Il lavoro e la vita

In questi giorni ho sfogliato (un tempo lo leggevo con più attenzione) l’ultimo numero di Inc., e un tema – trattato da due prospettive diametralmente opposte – ha attratto il mio interesse: il rapporto tra il lavoro e il tempo al di fuori del lavoro.

Meg Cadoux Hirshberg, moglie di un imprenditore (e per questo con un’ottima prospettiva sul tema), in Sharing Gary cita Sherry Turkle, professoressa al MIT ed esperta di relazioni tra uomo e macchina, la quale sostiene che gli strumenti come i BlackBerry, insieme alla loro indubbia utilità, ci fanno pagare un prezzo psicologico notevole, perché molti tra di noi si sentono ansiosi quando sono lontani da Internet. Dice la studiosa che stiamo smarrendo l’inclinazione per la solitudine e il desiderio dell’essere nel qui e ora. Sembra che a essere semplicemente nell’attimo presente si perda qualcosa e si rimanga indietro.

Cita anche il professor Stewart Friedman e il suo corso alla Wharton School, che mette l’accento sull’essere totalmente presenti a noi stessi, qualunque cosa stiamo facendo. Per esempio, quando siamo con i nostri figli dedichiamoci a loro, senza nessun altro pensiero: anche il lavoro ne beneficerà. Il professor Friedman dice, in una intervista mooolto interessante, parlando delle persone che si sottopongono ai suoi esperimenti (gli stessi di cui parla Meg Cadoux nel suo articolo):

People are spending less time working, but they’re performing better and they’re more satisfied across the board. Now, why is that? […] It’s because they’re using their time and attention more intelligently. They’re doing more of the things that matter to them and to the people around them.

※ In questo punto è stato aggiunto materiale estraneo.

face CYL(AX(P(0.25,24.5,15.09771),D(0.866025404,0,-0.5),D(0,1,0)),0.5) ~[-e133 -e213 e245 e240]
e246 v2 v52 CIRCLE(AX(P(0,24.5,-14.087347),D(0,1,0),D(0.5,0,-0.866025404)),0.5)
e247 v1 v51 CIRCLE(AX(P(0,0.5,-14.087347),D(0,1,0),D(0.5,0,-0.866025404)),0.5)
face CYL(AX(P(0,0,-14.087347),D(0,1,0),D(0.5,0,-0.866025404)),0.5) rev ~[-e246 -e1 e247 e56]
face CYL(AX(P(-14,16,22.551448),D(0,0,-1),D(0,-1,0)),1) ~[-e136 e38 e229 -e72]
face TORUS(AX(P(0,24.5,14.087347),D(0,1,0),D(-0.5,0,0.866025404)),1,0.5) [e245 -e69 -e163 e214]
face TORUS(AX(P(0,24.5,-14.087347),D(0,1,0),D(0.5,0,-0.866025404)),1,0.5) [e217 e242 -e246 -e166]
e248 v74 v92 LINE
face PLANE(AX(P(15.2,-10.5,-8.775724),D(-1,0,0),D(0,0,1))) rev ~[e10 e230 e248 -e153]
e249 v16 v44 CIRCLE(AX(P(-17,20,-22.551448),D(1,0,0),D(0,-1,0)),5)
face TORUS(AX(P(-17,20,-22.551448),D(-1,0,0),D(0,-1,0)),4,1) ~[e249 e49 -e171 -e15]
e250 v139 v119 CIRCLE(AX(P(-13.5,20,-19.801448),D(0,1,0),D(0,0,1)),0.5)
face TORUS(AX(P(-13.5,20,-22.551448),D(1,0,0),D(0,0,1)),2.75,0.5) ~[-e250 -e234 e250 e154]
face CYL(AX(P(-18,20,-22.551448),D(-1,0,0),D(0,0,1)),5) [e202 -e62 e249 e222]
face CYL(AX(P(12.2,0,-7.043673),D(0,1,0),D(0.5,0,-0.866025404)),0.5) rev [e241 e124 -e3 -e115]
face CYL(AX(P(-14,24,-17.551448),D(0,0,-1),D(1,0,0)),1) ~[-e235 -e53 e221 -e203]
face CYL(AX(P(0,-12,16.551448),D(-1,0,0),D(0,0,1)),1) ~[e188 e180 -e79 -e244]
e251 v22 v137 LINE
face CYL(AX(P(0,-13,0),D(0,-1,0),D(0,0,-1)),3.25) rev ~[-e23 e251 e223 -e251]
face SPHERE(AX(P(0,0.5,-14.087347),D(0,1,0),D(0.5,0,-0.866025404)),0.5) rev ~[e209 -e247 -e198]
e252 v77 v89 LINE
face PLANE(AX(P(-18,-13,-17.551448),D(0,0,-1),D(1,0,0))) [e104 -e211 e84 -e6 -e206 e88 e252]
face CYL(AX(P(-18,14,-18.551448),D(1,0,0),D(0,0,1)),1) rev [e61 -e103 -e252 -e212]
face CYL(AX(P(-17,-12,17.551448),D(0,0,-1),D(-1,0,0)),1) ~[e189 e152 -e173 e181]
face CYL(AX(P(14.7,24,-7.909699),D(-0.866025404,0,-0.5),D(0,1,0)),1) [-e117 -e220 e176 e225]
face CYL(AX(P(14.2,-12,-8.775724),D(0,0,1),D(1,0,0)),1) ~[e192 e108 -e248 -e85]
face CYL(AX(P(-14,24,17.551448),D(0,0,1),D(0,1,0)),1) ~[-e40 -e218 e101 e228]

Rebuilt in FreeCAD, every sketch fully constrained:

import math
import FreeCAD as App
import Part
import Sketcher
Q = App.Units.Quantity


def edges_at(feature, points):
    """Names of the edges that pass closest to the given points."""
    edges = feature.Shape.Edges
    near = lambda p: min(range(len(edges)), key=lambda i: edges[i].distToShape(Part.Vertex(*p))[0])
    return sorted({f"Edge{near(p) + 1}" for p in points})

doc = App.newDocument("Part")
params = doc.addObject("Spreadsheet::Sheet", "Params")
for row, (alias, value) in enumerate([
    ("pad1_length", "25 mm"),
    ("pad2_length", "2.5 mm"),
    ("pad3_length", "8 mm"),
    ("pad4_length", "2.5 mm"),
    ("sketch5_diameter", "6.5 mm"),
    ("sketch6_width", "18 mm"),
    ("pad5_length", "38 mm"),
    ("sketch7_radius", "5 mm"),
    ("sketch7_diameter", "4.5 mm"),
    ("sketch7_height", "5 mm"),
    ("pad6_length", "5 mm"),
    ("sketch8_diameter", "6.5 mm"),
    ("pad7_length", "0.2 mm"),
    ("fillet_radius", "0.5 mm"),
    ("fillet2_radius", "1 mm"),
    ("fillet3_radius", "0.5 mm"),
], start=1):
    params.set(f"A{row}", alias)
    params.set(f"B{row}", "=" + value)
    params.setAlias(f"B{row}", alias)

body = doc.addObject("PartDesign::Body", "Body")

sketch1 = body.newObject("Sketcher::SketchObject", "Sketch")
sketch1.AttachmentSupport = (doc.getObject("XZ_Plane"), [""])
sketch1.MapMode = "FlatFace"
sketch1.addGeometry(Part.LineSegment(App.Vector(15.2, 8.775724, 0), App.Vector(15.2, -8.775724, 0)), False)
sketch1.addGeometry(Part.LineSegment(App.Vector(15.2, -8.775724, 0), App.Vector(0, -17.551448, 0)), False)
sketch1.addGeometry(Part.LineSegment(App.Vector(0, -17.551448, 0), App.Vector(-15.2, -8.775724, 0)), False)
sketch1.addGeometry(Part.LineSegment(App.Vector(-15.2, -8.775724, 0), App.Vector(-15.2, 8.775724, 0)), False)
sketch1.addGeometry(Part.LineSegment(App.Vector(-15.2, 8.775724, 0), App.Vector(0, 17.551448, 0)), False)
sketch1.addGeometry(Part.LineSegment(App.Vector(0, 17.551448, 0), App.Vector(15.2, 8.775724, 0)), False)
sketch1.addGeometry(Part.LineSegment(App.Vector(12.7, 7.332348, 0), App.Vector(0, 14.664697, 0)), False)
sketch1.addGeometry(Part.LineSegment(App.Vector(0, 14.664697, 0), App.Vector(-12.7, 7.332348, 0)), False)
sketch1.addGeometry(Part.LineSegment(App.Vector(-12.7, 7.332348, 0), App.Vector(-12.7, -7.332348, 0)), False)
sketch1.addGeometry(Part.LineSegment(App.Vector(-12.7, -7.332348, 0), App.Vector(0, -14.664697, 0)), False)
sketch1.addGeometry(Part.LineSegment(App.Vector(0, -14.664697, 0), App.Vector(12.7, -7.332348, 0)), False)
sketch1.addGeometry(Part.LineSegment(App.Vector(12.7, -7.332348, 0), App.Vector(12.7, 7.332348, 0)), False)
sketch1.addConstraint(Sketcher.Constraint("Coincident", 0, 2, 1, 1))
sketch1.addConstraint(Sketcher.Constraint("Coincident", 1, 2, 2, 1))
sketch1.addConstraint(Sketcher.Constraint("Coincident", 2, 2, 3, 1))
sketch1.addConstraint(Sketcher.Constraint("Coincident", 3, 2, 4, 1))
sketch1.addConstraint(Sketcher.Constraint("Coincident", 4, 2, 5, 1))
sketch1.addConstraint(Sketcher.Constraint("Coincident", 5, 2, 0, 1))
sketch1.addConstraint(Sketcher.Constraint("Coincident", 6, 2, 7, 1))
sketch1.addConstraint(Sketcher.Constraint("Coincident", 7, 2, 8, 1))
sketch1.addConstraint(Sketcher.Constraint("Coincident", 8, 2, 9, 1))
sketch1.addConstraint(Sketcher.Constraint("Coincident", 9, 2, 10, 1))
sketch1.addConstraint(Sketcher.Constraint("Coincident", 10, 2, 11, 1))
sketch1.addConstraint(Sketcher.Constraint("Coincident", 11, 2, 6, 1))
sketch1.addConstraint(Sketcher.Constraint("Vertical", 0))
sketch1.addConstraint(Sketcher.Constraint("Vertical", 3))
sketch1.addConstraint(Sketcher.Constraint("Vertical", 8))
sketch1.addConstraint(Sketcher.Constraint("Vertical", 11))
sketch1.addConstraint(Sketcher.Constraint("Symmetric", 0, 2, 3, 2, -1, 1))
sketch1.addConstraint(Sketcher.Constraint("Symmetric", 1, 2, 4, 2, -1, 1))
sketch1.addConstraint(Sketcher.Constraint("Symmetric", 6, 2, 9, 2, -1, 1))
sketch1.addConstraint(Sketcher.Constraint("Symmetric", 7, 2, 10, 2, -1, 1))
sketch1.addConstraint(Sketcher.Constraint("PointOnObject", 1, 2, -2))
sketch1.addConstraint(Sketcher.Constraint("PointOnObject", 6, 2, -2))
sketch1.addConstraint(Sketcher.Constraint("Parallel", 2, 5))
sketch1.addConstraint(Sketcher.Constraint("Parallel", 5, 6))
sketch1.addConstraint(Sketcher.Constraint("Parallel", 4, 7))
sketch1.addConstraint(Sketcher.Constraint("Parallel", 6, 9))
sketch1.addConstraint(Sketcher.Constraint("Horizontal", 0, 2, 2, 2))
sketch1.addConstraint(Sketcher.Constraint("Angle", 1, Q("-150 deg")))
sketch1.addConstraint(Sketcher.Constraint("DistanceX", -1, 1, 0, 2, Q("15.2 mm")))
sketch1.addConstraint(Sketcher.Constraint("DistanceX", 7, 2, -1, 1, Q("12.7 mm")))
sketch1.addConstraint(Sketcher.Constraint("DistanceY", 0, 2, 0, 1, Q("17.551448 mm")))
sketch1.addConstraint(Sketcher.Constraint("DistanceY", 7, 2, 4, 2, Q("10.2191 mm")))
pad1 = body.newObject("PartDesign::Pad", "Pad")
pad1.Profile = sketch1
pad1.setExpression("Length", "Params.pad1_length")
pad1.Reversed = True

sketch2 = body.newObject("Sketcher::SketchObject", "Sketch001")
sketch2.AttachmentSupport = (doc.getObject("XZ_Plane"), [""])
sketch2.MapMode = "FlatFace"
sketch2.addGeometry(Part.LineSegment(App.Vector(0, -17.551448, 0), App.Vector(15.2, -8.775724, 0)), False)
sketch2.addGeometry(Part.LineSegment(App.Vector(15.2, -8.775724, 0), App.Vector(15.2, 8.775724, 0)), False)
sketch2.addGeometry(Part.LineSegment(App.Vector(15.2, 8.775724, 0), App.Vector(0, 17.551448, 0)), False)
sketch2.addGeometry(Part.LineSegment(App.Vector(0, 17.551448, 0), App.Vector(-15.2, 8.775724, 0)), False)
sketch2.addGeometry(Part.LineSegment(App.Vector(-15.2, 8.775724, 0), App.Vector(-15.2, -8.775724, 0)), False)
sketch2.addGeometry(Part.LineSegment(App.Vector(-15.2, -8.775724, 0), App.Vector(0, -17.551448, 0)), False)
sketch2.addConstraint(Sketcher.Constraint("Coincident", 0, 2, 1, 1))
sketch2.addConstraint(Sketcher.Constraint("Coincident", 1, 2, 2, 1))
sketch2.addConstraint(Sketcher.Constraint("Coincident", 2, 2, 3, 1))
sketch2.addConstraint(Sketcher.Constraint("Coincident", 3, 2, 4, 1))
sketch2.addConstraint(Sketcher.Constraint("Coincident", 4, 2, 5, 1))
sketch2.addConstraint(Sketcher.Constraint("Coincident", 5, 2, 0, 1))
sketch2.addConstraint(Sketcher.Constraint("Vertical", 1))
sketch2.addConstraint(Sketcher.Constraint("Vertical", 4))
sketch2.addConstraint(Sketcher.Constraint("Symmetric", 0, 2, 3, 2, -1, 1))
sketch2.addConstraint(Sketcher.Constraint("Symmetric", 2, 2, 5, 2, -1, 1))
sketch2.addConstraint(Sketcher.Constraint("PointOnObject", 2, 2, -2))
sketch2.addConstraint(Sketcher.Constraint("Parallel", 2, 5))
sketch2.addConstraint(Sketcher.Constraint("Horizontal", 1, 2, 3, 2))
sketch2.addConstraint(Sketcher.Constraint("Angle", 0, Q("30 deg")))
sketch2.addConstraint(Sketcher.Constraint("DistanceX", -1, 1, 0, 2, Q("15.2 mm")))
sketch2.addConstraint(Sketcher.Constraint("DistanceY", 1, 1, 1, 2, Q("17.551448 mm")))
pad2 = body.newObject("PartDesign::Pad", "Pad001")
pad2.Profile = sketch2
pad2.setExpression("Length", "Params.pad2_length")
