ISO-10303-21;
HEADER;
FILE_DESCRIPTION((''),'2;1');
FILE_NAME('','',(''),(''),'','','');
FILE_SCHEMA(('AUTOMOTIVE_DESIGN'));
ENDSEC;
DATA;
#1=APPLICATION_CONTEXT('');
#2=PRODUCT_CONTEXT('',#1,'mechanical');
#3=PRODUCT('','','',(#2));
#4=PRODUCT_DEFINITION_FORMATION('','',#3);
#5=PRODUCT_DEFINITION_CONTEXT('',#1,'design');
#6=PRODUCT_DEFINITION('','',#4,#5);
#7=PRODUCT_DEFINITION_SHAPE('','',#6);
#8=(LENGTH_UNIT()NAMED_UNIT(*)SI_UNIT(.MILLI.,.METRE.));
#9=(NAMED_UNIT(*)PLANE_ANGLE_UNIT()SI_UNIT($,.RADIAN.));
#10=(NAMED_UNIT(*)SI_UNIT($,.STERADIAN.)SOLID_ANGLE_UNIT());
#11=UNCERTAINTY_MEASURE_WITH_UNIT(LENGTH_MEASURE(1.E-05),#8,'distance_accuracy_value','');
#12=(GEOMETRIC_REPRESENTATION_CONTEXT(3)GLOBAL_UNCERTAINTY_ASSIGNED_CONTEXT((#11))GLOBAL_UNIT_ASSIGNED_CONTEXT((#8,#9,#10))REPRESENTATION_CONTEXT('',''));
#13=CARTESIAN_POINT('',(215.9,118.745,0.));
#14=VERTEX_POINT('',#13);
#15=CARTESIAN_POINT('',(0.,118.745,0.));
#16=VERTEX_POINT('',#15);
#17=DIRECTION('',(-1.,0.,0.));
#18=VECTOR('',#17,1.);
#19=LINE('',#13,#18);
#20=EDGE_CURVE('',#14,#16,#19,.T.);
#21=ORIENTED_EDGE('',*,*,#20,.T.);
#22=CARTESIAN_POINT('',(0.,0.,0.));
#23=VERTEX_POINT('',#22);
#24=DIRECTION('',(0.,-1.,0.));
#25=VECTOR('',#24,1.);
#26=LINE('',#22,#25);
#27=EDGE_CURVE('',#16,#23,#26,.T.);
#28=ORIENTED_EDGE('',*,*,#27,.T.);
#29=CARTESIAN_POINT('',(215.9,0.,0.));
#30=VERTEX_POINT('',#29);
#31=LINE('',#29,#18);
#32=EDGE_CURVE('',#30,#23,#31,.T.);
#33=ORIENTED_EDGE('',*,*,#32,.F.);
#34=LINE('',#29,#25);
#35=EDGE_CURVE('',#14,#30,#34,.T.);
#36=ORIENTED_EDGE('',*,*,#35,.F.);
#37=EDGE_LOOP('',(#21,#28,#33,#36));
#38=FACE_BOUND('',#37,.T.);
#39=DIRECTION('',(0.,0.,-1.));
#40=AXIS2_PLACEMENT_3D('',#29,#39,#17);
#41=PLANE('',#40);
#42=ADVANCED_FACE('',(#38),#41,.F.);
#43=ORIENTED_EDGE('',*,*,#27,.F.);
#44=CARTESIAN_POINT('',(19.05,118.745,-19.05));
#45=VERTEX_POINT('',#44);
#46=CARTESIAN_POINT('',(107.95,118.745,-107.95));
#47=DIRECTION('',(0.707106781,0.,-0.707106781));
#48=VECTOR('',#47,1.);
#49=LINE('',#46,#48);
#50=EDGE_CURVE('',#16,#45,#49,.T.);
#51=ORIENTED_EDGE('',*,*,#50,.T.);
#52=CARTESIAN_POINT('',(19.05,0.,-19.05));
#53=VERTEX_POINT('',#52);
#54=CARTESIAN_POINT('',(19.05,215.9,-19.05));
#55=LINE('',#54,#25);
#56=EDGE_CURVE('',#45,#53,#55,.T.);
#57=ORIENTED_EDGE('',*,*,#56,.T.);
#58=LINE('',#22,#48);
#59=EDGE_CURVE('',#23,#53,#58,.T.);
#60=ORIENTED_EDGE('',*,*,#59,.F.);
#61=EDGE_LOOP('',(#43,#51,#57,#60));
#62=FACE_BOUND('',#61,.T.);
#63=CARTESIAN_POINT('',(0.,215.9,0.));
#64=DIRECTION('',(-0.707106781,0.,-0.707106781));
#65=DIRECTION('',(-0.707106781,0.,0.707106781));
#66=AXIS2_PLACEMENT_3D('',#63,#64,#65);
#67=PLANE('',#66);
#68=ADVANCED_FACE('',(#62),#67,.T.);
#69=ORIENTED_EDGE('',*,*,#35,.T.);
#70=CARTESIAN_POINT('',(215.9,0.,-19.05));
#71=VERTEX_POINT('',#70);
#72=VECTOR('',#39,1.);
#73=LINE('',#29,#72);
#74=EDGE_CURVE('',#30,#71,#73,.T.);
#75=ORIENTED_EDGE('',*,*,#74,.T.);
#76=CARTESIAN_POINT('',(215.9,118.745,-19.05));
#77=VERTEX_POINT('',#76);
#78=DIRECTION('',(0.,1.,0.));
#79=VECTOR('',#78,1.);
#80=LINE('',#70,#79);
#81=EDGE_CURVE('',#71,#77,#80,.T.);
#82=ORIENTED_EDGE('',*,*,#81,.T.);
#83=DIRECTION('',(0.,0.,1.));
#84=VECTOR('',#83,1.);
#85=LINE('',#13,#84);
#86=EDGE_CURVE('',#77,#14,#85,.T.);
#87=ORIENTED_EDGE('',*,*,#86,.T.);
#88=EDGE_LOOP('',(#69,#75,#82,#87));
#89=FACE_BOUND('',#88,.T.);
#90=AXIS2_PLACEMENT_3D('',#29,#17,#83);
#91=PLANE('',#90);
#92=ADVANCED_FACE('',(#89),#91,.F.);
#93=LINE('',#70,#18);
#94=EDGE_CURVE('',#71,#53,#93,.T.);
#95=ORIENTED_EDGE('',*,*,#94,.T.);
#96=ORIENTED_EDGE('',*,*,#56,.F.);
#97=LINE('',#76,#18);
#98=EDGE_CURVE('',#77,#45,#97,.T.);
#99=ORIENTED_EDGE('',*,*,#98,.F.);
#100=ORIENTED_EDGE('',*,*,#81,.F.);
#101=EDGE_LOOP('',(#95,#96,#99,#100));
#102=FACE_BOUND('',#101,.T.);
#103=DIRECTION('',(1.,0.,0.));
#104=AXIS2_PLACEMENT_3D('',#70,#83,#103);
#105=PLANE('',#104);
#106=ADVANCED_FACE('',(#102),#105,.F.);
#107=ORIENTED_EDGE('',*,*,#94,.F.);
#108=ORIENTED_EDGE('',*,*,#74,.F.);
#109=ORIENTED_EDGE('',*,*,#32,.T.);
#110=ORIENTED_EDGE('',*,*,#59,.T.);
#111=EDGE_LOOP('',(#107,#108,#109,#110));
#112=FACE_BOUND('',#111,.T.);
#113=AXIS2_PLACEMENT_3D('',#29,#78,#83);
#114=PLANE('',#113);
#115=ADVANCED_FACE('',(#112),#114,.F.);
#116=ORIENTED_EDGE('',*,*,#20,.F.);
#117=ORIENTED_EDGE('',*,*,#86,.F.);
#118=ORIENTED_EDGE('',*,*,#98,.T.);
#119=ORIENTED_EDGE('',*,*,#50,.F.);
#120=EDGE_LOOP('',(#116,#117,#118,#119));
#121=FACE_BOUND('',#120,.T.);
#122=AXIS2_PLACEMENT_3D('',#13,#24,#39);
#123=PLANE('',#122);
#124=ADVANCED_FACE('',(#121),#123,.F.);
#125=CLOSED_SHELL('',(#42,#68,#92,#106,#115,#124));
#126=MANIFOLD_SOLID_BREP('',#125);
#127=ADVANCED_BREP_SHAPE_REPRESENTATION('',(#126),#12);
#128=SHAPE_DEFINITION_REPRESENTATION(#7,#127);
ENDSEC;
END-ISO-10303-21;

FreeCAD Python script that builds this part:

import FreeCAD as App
import Part
import Sketcher
Q = App.Units.Quantity

doc = App.newDocument("Part")
body = doc.addObject("PartDesign::Body", "Body")

sketch1 = body.newObject("Sketcher::SketchObject", "Sketch")
sketch1.AttachmentSupport = (doc.getObject("YZ_Plane"), [""])
sketch1.MapMode = "FlatFace"
sketch1.addGeometry(Part.LineSegment(App.Vector(118.745, 0, 0), App.Vector(0, 0, 0)), False)
sketch1.addGeometry(Part.LineSegment(App.Vector(0, 0, 0), App.Vector(0, -19.05, 0)), False)
sketch1.addGeometry(Part.LineSegment(App.Vector(0, -19.05, 0), App.Vector(118.745, -19.05, 0)), False)
sketch1.addGeometry(Part.LineSegment(App.Vector(118.745, -19.05, 0), App.Vector(118.745, 0, 0)), False)
sketch1.addConstraint(Sketcher.Constraint("Coincident", 0, 2, 1, 1))
sketch1.addConstraint(Sketcher.Constraint("Coincident", 1, 2, 2, 1))
sketch1.addConstraint(Sketcher.Constraint("Coincident", 2, 2, 3, 1))
sketch1.addConstraint(Sketcher.Constraint("Coincident", 3, 2, 0, 1))
sketch1.addConstraint(Sketcher.Constraint("Horizontal", 0))
sketch1.addConstraint(Sketcher.Constraint("Vertical", 1))
sketch1.addConstraint(Sketcher.Constraint("Horizontal", 2))
sketch1.addConstraint(Sketcher.Constraint("Vertical", 3))
sketch1.addConstraint(Sketcher.Constraint("Coincident", 0, 2, -1, 1))
sketch1.addConstraint(Sketcher.Constraint("DistanceY", 1, 2, 1, 1, Q("0.75 in")))
sketch1.addConstraint(Sketcher.Constraint("DistanceX", 0, 2, 0, 1, Q("4.675 in")))
pad1 = body.newObject("PartDesign::Pad", "Pad")
pad1.Profile = sketch1
pad1.Length = Q("8.5 in")

sketch2 = body.newObject("Sketcher::SketchObject", "Sketch001")
sketch2.AttachmentSupport = (doc.getObject("XZ_Plane"), [""])
sketch2.MapMode = "FlatFace"
sketch2.addGeometry(Part.LineSegment(App.Vector(0, 0, 0), App.Vector(19.05, -19.05, 0)), False)
sketch2.addGeometry(Part.LineSegment(App.Vector(19.05, -19.05, 0), App.Vector(0, -19.05, 0)), False)
sketch2.addGeometry(Part.LineSegment(App.Vector(0, -19.05, 0), App.Vector(0, 0, 0)), False)
sketch2.addConstraint(Sketcher.Constraint("Coincident", 0, 2, 1, 1))
sketch2.addConstraint(Sketcher.Constraint("Coincident", 1, 2, 2, 1))
sketch2.addConstraint(Sketcher.Constraint("Coincident", 2, 2, 0, 1))
sketch2.addConstraint(Sketcher.Constraint("Horizontal", 1))
sketch2.addConstraint(Sketcher.Constraint("Vertical", 2))
sketch2.addConstraint(Sketcher.Constraint("Coincident", 2, 2, -1, 1))
sketch2.addConstraint(Sketcher.Constraint("Equal", 1, 2))
sketch2.addConstraint(Sketcher.Constraint("DistanceX", 1, 2, 1, 1, Q("0.75 in")))
pocket1 = body.newObject("PartDesign::Pocket", "Pocket")
pocket1.Profile = sketch2
pocket1.Length = Q("8.5 in")

doc.recompute()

Che è, non a caso, uno dei concetti centrali di The 4-Hour Workweek.)

L’altro punto di vista è quello di un imprenditore californiano, Jerry Gonzalez, cui un paio di anni fa fu diagnosticato un cancro (ora risolto). Si legge nell’articolo:

Many survivors report that illness changed their lives in a stop-and-smell-the-roses way. If anything, Gonzalez is more driven than ever. “What gets to me is the knowledge it could come back,” he says. “So I’ll spend that extra hour in the office. Because if it does come back, at least I’ll have done what I set out to do.”

Io, però, non capisco: chi in punto di morte vorrebbe aver passato più ore in ufficio?